ImPACT Test

Figure 1. High School Boys - Regular Education

Figure 2. University Women - Regular Education

Figure 3. Distribution of scores in concussed athletes.

According to classical test theory, obtained scores (or measures) are only estimates of "true" scores because they contain measurement error. Measurement error is closely related to test reliability. Reliability refers to the consistency or stability of test scores. Reliability can be viewed as the ability of an instrument to reflect an individual score that is minimally influenced by error. Reliability should not be considered a dichotomous concept; rather it falls on a continuum. One cannot say an instrument is reliable or unreliable, but more accurately should say it possesses a high or low degree of reliability for a specific purpose, with a specific population (Franzen, 1989, 2000)².

The internal consistency reliability of the scale was estimated using Cronbach's alpha (Cronbach, 1951). Alpha is believed to represent the lower bound for the true reliability of the scale (SPSS 9.0 Base Manual, p. 362). Alpha is influenced by the number of items on the scale, the average inter-item covariance, and the average item variance.

As seen in Table 18, internal consistency reliability ranged from .88 - .94 in the large samples of high school and college regular education students. The small sample of high school girls in special education (n = 31) had a lower reliability estimate (alpha = 0.75), but the other three larger samples of special education students had high reliability estimates (.91 - .92). The internal consistency reliability for the clinical sample of 115 concussed athletes also was high (alpha = 0.93).

The standard error of measurement (SEM) is considered an estimate of measurement error in a person's observed test score. Typically, SEMs are calculated in standard deviation units using the formula below. SEMs are calculated in three steps. First, the reliability coefficient is subtracted from one. Second, the square root of this value is obtained. Third, this square root is multiplied by the sample standard deviation.
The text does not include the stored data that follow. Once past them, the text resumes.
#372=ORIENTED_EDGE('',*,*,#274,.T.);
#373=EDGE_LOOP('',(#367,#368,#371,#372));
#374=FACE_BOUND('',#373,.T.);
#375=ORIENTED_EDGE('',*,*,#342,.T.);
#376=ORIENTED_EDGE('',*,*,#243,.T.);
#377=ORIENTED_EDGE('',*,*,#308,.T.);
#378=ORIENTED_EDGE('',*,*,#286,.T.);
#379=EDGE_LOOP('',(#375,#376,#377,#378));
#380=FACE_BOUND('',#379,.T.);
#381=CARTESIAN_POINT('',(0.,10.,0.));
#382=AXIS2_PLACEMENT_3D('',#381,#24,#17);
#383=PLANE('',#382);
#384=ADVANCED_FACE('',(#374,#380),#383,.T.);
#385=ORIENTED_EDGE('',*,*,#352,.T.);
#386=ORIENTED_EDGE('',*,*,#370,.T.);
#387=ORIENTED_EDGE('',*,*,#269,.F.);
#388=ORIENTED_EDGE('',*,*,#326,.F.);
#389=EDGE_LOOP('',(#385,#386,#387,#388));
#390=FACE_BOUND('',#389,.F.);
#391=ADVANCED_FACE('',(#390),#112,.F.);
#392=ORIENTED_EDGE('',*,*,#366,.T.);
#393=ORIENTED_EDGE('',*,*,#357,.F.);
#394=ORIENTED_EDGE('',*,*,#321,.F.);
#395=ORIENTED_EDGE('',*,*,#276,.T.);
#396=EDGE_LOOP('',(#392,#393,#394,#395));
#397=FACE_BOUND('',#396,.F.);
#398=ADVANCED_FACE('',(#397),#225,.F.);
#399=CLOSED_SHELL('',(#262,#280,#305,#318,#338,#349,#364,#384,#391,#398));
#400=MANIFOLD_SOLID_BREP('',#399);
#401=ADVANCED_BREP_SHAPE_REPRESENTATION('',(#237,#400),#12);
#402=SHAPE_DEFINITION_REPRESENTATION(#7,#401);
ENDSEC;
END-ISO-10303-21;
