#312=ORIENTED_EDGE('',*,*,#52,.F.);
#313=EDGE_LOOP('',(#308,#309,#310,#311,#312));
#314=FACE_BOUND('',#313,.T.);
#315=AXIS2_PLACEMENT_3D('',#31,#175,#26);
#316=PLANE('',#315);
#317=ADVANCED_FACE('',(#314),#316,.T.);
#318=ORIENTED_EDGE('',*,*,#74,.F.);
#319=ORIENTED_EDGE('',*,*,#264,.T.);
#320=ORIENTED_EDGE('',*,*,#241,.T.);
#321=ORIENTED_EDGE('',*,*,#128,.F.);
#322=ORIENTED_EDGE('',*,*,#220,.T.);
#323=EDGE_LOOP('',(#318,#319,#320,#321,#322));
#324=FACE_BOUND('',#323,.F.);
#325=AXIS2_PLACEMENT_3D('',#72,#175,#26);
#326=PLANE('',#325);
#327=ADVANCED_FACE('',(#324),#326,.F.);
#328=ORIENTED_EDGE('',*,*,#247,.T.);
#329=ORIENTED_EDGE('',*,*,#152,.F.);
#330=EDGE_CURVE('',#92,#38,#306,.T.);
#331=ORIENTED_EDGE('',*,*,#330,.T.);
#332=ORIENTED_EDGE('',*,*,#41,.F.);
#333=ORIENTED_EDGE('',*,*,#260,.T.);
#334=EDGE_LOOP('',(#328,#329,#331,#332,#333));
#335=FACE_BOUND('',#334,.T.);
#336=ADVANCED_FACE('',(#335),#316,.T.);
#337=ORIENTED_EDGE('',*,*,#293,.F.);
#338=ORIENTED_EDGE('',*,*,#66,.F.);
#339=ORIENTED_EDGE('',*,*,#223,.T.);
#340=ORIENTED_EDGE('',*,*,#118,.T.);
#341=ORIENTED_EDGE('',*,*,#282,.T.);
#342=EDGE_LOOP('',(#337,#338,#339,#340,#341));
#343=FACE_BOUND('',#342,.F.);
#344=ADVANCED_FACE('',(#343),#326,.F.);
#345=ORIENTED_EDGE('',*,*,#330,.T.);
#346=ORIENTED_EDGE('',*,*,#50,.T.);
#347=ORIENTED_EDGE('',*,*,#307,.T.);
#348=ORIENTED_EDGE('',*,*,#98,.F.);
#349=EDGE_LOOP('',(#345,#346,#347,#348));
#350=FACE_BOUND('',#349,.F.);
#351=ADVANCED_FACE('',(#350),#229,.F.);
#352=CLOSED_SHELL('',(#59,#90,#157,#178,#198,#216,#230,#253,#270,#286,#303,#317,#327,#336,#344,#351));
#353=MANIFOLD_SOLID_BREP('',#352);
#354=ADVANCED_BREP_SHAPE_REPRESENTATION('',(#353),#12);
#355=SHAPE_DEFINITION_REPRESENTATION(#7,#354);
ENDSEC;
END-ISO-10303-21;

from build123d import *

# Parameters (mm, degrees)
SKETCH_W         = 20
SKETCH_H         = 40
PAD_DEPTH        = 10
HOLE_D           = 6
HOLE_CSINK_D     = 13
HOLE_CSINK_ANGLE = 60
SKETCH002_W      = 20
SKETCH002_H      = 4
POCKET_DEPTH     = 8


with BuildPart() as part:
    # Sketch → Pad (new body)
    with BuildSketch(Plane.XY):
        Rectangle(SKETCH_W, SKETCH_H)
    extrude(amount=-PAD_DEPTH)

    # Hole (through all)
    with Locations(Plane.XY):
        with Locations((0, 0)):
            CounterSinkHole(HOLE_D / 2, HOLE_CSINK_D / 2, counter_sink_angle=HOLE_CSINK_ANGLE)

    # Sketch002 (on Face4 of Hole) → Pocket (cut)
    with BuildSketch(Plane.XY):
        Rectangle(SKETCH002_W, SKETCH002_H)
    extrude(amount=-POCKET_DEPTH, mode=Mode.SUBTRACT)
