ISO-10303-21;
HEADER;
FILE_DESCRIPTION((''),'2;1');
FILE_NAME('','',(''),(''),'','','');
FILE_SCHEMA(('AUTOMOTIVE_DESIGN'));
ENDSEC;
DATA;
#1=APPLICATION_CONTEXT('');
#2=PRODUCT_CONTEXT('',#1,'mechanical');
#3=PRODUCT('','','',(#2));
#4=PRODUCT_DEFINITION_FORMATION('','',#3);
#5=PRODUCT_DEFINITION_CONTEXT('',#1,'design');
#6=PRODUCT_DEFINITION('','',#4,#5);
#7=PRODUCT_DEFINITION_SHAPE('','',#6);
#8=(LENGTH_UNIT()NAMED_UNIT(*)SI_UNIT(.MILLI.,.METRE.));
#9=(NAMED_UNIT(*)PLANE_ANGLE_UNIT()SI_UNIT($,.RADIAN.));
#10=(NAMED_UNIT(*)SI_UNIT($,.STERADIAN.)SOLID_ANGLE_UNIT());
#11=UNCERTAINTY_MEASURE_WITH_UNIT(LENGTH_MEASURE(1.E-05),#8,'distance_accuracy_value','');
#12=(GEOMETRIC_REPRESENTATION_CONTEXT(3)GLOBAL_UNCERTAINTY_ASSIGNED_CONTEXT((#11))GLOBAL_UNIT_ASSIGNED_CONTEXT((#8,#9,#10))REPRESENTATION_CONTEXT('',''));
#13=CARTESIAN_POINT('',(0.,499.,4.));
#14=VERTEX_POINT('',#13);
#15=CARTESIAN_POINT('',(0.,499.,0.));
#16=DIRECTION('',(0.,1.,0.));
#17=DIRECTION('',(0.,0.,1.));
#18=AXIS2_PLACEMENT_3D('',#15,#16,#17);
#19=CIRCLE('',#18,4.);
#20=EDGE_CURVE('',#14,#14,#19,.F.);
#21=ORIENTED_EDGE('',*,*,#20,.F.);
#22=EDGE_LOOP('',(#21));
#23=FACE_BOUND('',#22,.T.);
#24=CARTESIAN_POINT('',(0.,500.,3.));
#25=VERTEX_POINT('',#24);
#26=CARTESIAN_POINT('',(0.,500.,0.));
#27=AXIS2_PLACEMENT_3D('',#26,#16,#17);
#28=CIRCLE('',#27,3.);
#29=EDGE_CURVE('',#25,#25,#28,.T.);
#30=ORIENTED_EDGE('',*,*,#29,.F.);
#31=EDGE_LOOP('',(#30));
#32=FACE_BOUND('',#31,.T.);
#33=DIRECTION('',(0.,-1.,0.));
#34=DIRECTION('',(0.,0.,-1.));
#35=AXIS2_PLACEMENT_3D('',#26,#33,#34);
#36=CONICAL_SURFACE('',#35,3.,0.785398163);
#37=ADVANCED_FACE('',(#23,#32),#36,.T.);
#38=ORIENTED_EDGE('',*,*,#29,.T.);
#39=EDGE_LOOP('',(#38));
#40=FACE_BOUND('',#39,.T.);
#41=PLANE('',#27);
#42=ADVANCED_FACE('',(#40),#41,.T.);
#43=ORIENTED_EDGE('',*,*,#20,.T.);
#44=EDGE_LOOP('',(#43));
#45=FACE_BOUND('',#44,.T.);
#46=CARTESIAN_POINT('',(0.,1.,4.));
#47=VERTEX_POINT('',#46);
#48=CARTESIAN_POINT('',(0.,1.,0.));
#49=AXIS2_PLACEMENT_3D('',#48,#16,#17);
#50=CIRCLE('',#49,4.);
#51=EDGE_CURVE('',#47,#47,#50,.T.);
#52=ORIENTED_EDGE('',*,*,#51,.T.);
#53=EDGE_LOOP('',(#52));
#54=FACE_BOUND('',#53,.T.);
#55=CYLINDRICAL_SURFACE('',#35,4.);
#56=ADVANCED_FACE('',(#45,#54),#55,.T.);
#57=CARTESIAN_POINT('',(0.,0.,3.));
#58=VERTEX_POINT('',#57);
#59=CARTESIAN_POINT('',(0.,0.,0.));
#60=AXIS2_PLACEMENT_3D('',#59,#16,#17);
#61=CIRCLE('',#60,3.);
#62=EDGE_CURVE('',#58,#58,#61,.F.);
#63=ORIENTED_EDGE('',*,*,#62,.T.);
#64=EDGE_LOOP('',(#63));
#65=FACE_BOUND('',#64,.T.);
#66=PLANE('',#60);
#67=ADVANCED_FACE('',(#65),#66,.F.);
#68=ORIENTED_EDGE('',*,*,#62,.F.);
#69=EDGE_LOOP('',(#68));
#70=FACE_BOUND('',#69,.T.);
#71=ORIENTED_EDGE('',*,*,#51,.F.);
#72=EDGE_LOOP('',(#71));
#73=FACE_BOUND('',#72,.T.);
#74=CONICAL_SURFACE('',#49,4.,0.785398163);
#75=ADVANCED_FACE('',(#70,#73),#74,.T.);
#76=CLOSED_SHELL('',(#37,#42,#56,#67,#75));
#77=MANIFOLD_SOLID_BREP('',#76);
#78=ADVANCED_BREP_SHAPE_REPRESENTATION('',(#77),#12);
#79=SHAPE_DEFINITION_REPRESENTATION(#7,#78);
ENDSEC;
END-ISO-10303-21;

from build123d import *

# Parameters (mm, degrees)
SKETCH1_R           = 4
BOSS_EXTRUDE1_DEPTH = 500
CHAMFER1_SIZE       = 1


with BuildPart() as part:
    # Sketch1 → Boss-Extrude1 (new body)
    with BuildSketch(Plane(origin=(0, 0, 0), x_dir=(1, 0, 0), z_dir=(0, 1, 0))):
        Circle(SKETCH1_R)
    extrude(amount=BOSS_EXTRUDE1_DEPTH)

    # Chamfer1
    chamfer1_edges = [part.edges().sort_by_distance(p)[0] for p in [
        (-4, 0, 0),
        (-4, 500, 0),
    ]]
    chamfer(chamfer1_edges, length=CHAMFER1_SIZE)


solid = part.part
SEMs for the different groups also are presented in Table 18. These SEMs were used to create confidence intervals. A confidence interval represents a range or band of scores, surrounding an observed score, in which the individual's "true" score is believed to fall. The 80% (.80) confidence interval is obtained by multiplying the SEM by a z-score of 1.28 and the 90% (.90) confidence interval is obtained by multiplying the SEM by a z-score of 1.64.

For college men, the 80% confidence interval for the total score is approximately +/- 4 points (i.e., 3.3) and the 90% confidence interval is approximately +/- 5 points (i.e., 4.26).

Test-retest reliability was examined in 82 concussed high school and college athletes. They completed the scale within 2 days of their concussion and again within 4 days. The test-retest reliability in this sample was .80. Notably, their mean score at time 1 was 24.6 and their mean score at time 2 was 12.0.

As seen in Figures 1 - 3, the distributions of total scores are skewed. With this degree of skew, forced-normalization of the distributions will (a) distort the true nature of the construct being measured; that is, healthy young people's total symptoms are not normally distributed in the population, and (b) result in increased interpretation error.

Therefore, the natural distribution of scores was examined and classification ranges were created that reflect proportions of normative subjects. Classification descriptors were created that reflect raw score ranges and percentile rank ranges in the natural distribution of scores. For example, in Table 19, 40.5% of high school boys obtained a total score of zero on the scale. Thus, a score of zero would be considered "Low - Normal". In contrast, only 10% scored 14 or higher, so scores between 14 and 21 are considered "High" and scores of 22 or greater are considered "Very High."

The classification ranges for high school and university students in regular education are presented in Tables 19 - 22. The ranges for those with a history of special education are presented in Tables 23 - 26. The sample of high school girls with a history of special education is very small; this table is provided for general information (Table 24). We recommend using Table 3 for all high school girls.